Do the lower level libraries decide where to place a variable or operation?
If I get this question right, node placement rules are pretty simple:
If a node was already placed on a device in a previous run of the graph, it is left on that device.
Else, if the user pinned a node to a device via tf.device, the placer places it on that device.
Else, it defaults to GPU #0, or the CPU if there is no GPU.
Tensorflow whitepaper describes also a dynamic placer, which is more sophisticated, but it's not part of the open source version of tensorflow right now.
In the GPUDevice code, I noticed that one GPUDeviceContext is made per stream.
Is the purpose of this so that every context can control one OpKernelContext and then as the various streams need to be executed, then the contexts can just be switched which handles pushing different data/code onto the GPU and then executing.
Do the various streams get registered as different devices (ie. '/gpu:0' and '/gpu:1')?
Per this, ThreadPoolDevice's don't have contexts, but if I were to add contexts into ThreadPoolDevice, would they fit best as a sort of ThreadContext?
For GPU, we maintain a few streams for execution: a compute stream (on which most computational kernels run), and some memcopy streams (for executing memcopies between host and device and vice versa). This is done to overlap communication and computation on GPU devices, but is particular to the way that we use GPUs. One could easily also just create one GPU stream for all computation and communication and it would be correct, although slower.
We want to give the computation stream to kernels that do computation, and the memcopy stream to the kernels that do copying. We create a GPUDeviceContext object for each stream, and then pass the right device context object to the OpKernelContext.
So the particular implementations here reflect the properties of the asynchronous hardware device (GPU), which is why the ThreadPoolDevice doesn't have these sorts of mechanisms. On CPU all computation is synchronous, so there is no need for an abstraction such as streams.
The execution model of the custom hardware will likely determine what kind of state and management a custom device support will require in TensorFlow.
Does Tensorflow utilize Cuda streams automatically for concurrent execution of the computation graph on a single GPU or should streams be assigned manually to ops/tensors ?

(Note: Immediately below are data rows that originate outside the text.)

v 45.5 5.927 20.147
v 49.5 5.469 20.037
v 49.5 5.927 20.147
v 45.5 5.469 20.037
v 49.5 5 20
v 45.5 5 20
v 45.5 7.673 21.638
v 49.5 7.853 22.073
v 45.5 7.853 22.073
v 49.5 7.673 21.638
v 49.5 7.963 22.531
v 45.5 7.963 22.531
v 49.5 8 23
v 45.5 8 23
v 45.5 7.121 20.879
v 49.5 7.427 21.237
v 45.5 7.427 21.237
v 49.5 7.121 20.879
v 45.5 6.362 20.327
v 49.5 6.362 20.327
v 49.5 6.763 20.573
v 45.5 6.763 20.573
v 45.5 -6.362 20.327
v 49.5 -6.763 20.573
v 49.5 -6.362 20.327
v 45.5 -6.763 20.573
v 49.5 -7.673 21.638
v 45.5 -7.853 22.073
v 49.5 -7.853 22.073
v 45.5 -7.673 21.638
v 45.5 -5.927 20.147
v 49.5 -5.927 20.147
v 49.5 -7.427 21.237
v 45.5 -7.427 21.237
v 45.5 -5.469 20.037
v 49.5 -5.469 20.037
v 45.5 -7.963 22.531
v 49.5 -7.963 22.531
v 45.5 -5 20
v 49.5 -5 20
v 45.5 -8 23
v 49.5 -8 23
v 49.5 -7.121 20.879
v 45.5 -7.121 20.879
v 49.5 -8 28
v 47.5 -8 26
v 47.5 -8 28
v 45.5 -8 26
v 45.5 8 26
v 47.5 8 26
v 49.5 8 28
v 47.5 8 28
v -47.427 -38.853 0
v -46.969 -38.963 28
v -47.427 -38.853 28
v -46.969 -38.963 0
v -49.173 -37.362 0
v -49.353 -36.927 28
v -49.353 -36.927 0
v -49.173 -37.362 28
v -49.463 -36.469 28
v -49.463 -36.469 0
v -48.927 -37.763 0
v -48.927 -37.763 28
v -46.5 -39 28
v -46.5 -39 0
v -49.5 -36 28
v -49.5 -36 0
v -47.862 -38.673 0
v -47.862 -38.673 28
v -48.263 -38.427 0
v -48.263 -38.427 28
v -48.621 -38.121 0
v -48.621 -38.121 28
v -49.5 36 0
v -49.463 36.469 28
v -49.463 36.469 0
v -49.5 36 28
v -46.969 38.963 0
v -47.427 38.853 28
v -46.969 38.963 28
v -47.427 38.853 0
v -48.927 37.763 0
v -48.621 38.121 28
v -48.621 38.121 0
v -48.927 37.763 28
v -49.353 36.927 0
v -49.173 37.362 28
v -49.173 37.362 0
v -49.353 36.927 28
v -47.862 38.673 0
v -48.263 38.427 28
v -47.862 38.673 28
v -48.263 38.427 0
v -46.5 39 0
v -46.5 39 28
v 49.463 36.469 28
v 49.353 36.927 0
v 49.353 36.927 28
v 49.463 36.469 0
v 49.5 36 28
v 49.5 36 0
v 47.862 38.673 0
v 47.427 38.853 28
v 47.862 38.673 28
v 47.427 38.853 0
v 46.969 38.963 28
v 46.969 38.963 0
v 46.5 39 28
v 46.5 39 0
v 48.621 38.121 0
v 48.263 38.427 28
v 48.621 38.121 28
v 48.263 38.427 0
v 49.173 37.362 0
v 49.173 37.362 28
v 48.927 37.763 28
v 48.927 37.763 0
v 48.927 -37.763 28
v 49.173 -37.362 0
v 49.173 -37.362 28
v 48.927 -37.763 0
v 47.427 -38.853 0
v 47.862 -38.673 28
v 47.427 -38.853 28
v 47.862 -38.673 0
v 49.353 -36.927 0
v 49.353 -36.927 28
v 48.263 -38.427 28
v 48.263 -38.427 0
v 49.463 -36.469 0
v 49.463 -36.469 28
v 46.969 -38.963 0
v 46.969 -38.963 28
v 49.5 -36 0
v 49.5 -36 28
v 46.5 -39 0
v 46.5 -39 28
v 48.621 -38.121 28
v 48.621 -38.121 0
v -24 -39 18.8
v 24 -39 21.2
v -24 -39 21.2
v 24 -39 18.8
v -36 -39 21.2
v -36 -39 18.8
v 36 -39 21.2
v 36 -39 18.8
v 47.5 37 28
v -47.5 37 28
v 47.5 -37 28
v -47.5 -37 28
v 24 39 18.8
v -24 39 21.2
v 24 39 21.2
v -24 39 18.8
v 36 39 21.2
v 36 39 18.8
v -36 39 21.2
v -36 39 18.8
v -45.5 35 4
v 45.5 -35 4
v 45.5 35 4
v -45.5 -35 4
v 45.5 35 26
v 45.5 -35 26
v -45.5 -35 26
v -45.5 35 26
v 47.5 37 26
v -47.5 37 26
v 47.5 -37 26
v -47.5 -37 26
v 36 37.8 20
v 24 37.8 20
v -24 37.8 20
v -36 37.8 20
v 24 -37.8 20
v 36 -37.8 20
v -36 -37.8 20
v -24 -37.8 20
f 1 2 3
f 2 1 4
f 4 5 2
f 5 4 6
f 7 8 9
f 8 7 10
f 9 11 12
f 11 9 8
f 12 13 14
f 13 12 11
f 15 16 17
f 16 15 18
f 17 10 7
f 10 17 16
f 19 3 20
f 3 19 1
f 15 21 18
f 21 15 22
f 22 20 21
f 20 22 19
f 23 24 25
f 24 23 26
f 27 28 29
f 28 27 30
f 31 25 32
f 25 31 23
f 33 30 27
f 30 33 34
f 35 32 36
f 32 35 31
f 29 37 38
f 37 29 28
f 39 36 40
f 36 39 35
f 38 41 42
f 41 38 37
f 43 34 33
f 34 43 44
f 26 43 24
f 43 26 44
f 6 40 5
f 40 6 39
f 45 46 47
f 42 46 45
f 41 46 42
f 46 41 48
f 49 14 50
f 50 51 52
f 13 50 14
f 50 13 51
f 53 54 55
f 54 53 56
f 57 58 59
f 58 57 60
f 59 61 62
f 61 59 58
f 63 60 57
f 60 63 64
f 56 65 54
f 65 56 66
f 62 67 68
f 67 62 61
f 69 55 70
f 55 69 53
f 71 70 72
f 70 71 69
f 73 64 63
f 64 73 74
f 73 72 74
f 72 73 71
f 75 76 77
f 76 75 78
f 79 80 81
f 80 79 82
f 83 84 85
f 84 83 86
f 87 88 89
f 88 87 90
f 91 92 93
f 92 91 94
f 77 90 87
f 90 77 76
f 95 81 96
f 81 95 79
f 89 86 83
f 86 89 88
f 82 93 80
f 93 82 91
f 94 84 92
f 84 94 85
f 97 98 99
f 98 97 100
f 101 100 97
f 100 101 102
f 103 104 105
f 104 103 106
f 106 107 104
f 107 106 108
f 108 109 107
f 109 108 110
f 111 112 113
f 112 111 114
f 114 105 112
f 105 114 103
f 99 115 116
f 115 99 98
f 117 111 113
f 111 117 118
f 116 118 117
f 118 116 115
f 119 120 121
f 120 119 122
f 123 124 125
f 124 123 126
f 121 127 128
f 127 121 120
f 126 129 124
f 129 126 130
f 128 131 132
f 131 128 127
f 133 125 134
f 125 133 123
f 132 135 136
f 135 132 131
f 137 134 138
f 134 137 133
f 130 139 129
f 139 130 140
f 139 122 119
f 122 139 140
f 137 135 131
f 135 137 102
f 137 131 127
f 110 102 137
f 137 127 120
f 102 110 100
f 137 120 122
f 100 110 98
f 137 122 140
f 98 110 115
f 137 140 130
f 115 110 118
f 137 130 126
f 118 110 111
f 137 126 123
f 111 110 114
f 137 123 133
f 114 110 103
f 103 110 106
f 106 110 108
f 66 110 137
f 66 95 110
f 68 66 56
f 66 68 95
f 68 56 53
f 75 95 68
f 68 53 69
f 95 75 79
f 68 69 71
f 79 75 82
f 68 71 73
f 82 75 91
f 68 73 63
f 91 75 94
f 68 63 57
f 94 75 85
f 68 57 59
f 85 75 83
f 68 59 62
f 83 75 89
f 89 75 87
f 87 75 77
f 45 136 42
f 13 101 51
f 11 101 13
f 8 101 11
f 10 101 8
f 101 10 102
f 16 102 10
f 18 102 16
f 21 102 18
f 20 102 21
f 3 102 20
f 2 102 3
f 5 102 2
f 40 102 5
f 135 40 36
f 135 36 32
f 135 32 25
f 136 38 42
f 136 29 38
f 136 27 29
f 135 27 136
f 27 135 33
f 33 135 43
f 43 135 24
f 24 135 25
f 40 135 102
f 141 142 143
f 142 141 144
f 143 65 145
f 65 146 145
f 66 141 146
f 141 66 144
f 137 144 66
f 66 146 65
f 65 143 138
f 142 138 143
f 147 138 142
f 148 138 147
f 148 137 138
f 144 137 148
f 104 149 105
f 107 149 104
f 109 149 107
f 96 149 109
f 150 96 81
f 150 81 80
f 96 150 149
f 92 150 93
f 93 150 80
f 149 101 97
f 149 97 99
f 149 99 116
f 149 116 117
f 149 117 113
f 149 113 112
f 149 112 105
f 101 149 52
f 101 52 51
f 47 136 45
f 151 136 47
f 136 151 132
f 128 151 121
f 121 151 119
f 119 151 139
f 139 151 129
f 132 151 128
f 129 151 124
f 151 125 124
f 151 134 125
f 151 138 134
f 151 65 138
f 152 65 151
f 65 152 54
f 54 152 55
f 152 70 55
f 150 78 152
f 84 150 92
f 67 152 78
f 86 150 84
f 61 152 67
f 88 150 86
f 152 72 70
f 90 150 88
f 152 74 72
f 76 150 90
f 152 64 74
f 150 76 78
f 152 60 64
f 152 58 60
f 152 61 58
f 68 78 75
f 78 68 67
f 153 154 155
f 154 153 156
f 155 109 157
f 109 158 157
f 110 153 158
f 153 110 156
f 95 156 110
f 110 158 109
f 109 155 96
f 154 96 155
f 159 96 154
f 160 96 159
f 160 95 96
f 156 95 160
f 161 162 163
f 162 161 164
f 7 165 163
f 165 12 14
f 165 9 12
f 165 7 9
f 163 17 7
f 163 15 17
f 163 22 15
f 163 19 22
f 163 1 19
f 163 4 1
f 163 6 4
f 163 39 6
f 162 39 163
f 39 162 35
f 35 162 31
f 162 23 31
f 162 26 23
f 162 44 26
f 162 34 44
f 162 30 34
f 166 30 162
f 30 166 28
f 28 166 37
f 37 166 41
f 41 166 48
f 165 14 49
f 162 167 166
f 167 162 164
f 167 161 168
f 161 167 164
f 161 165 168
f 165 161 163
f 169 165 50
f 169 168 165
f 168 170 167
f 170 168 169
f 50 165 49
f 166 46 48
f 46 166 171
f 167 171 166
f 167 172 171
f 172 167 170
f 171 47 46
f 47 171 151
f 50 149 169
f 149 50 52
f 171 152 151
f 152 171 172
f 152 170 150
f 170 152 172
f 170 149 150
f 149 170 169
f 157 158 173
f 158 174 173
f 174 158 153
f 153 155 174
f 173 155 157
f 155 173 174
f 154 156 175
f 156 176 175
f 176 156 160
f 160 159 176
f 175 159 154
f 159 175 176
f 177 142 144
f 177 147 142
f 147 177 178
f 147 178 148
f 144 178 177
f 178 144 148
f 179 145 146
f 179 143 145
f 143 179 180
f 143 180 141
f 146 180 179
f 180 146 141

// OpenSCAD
lx = 91;
ly = 70;
lz = 24;

// wall thickness
thickness = 4;

// hole size
w_hole = 16;
h_hole = 8;

// fillet radius
fillet = 3;

// attach points
x_attach = 30;
z_attach = lz - thickness;
l_attach = 12;

lxt = lx + 2*thickness;
lyt = ly + 2*thickness;

module Fillet(r) {
    difference() {
        linear_extrude(3*lz, center=true) square(2*r, center=true);
        union() {
            translate([r, r, 0])
            linear_extrude(4*lz, center=true)
            circle(r, $fn=40);
            translate([r, -r, 0])
            linear_extrude(4*lz, center=true)
            circle(r, $fn=40);
            translate([-r, -r, 0])
            linear_extrude(4*lz, center=true)
            circle(r, $fn=40);
            translate([-r, r, 0])
            linear_extrude(4*lz, center=true)
            circle(r, $fn=40);
        }
    }
};

module WireHole() {
    translate([lx/2-thickness, 0, lz+h_hole/2])
    rotate([0, 90, 0])
    difference() {
        linear_extrude(3*thickness)
        polygon([[-h_hole, -w_hole/2], [-h_hole, w_hole/2], [h_hole, w_hole/2], [h_hole, -w_hole/2]]);
        translate([h_hole, w_hole/2])
        Fillet(fillet);
        translate([h_hole, -w_hole/2])
        Fillet(fillet);
    }
};

module AttachDip(x, y, z, flip) {
    translate([x - l_attach/2, y, z])
    rotate([-45 + 180*flip, 0, 0])
    cube(l_attach);
}

module Box() {
    difference() {
        linear_extrude(lz + thickness)
        polygon([[-lxt/2, -lyt/2], [lxt/2, -lyt/2], [lxt/2, lyt/2], [-lxt/2, lyt/2]]);
        translate([0, 0, thickness])
        linear_extrude(lz + thickness)
        polygon([[-lx/2, -ly/2], [lx/2, -ly/2], [lx/2, ly/2], [-lx/2, ly/2]]);
        WireHole();
        
        // fillet
        translate([-lxt/2, -lyt/2, 0]) Fillet(fillet);
        translate([-lxt/2, lyt/2, 0]) Fillet(fillet);
        translate([lxt/2, lyt/2, 0]) Fillet(fillet);
        translate([lxt/2, -lyt/2, 0]) Fillet(fillet);
        
        // place for lid
        translate([0, 0, lz+thickness/2])
        linear_extrude(thickness)
        polygon([[-(lx+thickness)/2, -(ly+thickness)/2], [(lx+thickness)/2, -(ly+thickness)/2], [(lx+thickness)/2, (ly+thickness)/2], [-(lx+thickness)/2, (ly+thickness)/2]]);
        
        // lid attach points
        AttachDip(x_attach, ly/2 + 0.7*thickness, z_attach, 0);
        AttachDip(-x_attach, ly/2 + 0.7*thickness, z_attach, 0);
        AttachDip(x_attach, -ly/2 - 0.7*thickness, z_attach, 1);
        AttachDip(-x_attach, -ly/2 - 0.7*thickness, z_attach, 1);
    }
};
Box();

For now, TensorFlow only uses one compute stream, and multiple copy streams. Some kernels may choose to use multiple streams for computation, while maintaining a single-stream semantics.

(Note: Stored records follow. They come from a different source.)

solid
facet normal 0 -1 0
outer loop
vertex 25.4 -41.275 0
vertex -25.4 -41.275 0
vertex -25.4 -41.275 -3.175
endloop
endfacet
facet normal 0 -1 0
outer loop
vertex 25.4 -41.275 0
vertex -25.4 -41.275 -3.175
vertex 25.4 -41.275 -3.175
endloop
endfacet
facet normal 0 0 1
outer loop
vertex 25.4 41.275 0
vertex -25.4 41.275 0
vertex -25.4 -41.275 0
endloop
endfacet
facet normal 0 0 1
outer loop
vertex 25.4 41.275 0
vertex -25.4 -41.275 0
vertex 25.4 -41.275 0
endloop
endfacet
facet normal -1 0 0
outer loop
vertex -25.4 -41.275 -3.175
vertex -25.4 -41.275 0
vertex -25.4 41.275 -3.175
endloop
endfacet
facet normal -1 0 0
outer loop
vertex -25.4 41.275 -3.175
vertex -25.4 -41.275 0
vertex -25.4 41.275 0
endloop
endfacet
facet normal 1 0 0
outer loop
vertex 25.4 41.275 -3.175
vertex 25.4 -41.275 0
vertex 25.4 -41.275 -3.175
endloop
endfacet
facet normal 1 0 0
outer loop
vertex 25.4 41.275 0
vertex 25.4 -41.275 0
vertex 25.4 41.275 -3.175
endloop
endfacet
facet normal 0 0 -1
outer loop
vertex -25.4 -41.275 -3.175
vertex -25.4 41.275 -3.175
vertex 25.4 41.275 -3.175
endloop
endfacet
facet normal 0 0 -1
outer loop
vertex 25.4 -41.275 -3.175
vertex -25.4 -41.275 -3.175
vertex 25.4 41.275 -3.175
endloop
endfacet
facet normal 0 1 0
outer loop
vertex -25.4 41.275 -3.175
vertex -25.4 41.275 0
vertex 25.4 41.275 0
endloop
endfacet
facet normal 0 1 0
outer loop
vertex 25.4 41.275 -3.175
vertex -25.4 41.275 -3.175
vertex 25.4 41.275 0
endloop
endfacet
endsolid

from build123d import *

# Parameters (mm, degrees)
F0_W     = 50.8
F0_H     = 82.55
F3_DEPTH = 3.175
F4_D     = 26.19502
F5_DEPTH = 50.8


with BuildPart() as f3:
    # F0 (on Top) → F3 (new body)
    with BuildSketch(Plane.XY):
        Rectangle(F0_W, F0_H)
    extrude(amount=-F3_DEPTH)

    # F4 (through all)
    with Locations(Plane.XY):
        with Locations((0, -22.225)):
            Hole(F4_D / 2)

    # F5 (add): a face of the model
    f5_faces = [f3.faces().sort_by_distance(p)[0] for p in [
        (25.4, 0, -1.5875),
    ]]
    extrude(f5_faces, amount=-F5_DEPTH)


solid = f3.part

Our experiment showed that enabling multi-stream automatically does not bring much performance gains, since most of our kernels are large enough to utilize all processors in GPU. But enabling multi-stream would disable our current design to recycle GPU memory aggressively.
This is a decision we might revisit in the future. If that happens, it is likely for TensorFlow to automatically assign ops/kernels to different Cuda streams, without exposing them to users.
Can Gpu be used to run programs that run on Cpu like getting input from keyboard and mouse or playing music or reading the contents of a text file using Direct3D and OpenGL Api?
The GPU has no direct access on any memory that is mapped by the OS to be accessed within client code (i.e. code, which is executed in user-mode while the instructions are executed on the CPU).
In addition the GPU is not supposed to perform stuff like this, it aims to perform floating point arithmetic at a high speed. And finally you would never use Direct3D or OpenGL to perform anything that is not related to graphics, except you are only going to use the compute shader.
General purpose computations are performed with OpenCL or CUDA on the GPU, such as image manipulation or physics simulations.
You can, however, gather any data on the CPU, send it to the GPU for further processing and finally write it back again into memory accessible from the CPU.